/---

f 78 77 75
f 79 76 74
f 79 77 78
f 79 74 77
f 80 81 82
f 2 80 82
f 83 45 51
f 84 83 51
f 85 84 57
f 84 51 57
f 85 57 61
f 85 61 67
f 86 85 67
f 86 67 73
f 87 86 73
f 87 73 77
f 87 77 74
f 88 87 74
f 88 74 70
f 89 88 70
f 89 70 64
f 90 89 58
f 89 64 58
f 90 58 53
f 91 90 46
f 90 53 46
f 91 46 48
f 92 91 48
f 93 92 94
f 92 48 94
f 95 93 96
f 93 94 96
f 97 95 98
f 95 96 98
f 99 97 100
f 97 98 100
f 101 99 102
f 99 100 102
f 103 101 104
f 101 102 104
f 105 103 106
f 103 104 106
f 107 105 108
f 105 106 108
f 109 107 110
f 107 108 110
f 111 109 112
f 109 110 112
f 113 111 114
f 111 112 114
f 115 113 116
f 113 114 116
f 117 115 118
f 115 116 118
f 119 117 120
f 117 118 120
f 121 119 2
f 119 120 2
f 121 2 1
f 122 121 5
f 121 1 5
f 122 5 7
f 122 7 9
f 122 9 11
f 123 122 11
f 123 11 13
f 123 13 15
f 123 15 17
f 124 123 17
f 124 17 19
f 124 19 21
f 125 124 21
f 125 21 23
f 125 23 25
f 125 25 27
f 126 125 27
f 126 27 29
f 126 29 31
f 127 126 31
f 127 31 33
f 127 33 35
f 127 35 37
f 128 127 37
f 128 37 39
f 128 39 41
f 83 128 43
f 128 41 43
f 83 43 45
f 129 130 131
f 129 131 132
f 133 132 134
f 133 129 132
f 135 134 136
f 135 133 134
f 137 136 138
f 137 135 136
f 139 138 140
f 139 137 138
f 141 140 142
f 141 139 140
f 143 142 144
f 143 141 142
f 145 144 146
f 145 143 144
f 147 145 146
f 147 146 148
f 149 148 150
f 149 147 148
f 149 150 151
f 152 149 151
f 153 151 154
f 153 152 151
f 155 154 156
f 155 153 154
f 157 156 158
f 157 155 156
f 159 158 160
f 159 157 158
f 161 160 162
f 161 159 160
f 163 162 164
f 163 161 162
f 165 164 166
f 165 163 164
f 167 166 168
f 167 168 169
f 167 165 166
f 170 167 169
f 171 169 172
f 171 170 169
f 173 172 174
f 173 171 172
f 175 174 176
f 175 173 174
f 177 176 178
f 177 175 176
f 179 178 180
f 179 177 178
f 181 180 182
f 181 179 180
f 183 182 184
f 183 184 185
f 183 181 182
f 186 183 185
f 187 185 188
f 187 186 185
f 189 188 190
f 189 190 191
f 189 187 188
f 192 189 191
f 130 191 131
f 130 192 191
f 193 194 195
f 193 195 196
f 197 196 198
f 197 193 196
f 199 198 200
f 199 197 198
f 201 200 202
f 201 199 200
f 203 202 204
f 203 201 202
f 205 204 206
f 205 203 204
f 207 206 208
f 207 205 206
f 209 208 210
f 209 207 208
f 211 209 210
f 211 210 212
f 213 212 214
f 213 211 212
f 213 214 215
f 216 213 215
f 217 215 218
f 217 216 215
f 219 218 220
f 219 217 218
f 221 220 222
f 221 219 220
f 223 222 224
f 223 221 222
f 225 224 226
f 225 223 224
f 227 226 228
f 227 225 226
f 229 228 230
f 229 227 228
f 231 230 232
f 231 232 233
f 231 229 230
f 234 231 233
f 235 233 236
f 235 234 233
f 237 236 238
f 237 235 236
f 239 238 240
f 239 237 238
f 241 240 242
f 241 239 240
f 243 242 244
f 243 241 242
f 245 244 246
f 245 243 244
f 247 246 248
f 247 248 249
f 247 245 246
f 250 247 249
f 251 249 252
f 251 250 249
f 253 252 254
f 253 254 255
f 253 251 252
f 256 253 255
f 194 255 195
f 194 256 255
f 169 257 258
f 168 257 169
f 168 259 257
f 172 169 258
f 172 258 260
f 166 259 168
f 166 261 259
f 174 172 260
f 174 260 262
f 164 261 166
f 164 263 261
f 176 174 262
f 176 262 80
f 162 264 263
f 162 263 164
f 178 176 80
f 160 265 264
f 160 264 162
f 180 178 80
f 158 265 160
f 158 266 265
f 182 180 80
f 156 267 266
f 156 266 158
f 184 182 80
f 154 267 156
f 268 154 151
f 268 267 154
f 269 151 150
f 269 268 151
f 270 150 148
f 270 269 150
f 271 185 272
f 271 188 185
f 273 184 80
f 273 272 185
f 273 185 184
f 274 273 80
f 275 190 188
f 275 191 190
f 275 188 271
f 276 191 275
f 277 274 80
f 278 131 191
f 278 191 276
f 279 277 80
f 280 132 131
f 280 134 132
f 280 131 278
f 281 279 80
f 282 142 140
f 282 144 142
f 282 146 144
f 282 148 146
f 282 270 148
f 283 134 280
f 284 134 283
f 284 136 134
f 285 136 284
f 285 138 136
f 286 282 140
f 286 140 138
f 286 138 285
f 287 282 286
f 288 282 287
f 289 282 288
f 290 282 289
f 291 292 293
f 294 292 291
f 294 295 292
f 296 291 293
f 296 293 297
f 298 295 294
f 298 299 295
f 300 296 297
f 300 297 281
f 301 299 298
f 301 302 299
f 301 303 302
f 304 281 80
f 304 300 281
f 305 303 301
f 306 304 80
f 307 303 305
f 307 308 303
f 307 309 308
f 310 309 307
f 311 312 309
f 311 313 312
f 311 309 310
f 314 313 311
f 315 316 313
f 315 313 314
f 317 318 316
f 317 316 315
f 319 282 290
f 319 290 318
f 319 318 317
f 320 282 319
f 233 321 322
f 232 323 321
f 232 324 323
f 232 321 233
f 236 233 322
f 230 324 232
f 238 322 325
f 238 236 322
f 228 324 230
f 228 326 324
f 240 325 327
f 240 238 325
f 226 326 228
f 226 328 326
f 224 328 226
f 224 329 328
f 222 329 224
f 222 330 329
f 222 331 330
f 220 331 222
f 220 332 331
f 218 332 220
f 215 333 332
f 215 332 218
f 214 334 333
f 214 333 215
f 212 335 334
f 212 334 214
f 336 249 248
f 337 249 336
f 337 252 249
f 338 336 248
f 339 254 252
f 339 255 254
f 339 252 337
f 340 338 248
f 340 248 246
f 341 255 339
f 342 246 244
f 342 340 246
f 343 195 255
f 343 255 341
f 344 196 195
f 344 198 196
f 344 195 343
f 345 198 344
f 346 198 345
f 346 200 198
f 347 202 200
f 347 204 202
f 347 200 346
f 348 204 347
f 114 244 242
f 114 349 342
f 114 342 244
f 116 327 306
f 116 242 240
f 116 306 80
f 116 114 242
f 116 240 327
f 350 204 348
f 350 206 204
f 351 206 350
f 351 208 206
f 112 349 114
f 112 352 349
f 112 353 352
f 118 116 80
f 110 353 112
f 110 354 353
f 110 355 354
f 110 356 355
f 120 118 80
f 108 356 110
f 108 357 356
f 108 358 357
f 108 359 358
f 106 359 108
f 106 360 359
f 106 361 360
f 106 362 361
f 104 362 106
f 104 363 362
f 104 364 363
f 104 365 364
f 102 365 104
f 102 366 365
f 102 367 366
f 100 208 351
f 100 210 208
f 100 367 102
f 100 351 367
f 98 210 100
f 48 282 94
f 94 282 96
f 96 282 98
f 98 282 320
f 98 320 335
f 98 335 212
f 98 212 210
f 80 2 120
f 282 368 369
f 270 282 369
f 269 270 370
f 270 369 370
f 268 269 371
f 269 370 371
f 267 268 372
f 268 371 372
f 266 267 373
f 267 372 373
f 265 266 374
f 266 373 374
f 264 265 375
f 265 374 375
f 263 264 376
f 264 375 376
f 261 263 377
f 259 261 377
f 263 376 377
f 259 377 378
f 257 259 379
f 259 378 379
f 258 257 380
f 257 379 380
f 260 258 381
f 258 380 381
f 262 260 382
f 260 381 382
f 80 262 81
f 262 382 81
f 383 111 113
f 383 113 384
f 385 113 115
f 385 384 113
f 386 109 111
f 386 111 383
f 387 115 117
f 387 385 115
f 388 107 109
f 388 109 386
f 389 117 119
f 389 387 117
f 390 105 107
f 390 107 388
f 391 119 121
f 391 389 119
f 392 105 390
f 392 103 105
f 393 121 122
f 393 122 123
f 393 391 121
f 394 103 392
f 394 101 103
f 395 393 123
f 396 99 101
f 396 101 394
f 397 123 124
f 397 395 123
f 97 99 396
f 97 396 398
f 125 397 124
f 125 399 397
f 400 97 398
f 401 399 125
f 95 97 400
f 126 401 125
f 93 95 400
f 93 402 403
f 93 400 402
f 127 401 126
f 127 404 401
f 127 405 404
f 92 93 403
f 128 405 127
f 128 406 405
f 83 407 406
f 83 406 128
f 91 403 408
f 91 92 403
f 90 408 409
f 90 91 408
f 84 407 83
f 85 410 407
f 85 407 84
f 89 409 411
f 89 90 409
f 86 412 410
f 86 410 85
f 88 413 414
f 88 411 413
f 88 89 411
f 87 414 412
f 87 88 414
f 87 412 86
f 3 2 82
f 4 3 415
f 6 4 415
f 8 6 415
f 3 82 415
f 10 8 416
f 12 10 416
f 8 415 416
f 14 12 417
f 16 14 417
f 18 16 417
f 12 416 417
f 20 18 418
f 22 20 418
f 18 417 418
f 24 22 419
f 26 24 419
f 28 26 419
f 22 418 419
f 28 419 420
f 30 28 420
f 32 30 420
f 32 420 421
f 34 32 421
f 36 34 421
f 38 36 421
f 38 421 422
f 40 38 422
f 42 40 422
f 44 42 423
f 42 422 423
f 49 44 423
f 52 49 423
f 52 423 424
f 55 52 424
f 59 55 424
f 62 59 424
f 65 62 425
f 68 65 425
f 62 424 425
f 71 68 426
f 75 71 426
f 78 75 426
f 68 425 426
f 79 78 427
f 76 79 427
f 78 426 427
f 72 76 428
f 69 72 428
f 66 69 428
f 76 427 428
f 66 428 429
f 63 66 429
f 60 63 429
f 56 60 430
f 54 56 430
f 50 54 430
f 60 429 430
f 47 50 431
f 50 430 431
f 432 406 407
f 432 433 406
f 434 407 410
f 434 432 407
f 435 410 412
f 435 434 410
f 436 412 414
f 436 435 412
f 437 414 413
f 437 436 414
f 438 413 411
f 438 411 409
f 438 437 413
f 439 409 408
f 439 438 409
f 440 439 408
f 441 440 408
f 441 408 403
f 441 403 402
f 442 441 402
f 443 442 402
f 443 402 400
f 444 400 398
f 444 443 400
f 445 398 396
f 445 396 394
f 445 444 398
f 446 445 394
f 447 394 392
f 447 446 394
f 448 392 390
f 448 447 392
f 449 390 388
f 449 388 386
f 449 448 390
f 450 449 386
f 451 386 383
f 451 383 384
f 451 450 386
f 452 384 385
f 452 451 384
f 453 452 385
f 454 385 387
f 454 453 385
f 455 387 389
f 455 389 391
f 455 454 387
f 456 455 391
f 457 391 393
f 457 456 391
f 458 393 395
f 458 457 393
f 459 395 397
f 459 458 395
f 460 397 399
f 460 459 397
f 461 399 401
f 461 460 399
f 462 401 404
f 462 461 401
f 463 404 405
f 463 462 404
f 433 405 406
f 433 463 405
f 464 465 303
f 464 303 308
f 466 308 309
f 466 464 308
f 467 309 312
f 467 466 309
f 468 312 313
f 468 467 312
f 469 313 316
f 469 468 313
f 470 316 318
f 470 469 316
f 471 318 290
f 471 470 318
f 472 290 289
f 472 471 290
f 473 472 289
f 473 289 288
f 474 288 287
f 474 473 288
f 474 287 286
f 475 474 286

\---

### Required action
In the listing above, the lines from the one containing "f 443 402 400" through the one containing "f 455 389 391" must be set down exactly, with no other lines.

### Completed task
f 443 402 400
f 444 400 398
f 444 443 400
f 445 398 396
f 445 396 394
f 445 444 398
f 446 445 394
f 447 394 392
f 447 446 394
f 448 392 390
f 448 447 392
f 449 390 388
f 449 388 386
f 449 448 390
f 450 449 386
f 451 386 383
f 451 383 384
f 451 450 386
f 452 384 385
f 452 451 384
f 453 452 385
f 454 385 387
f 454 453 385
f 455 387 389
f 455 389 391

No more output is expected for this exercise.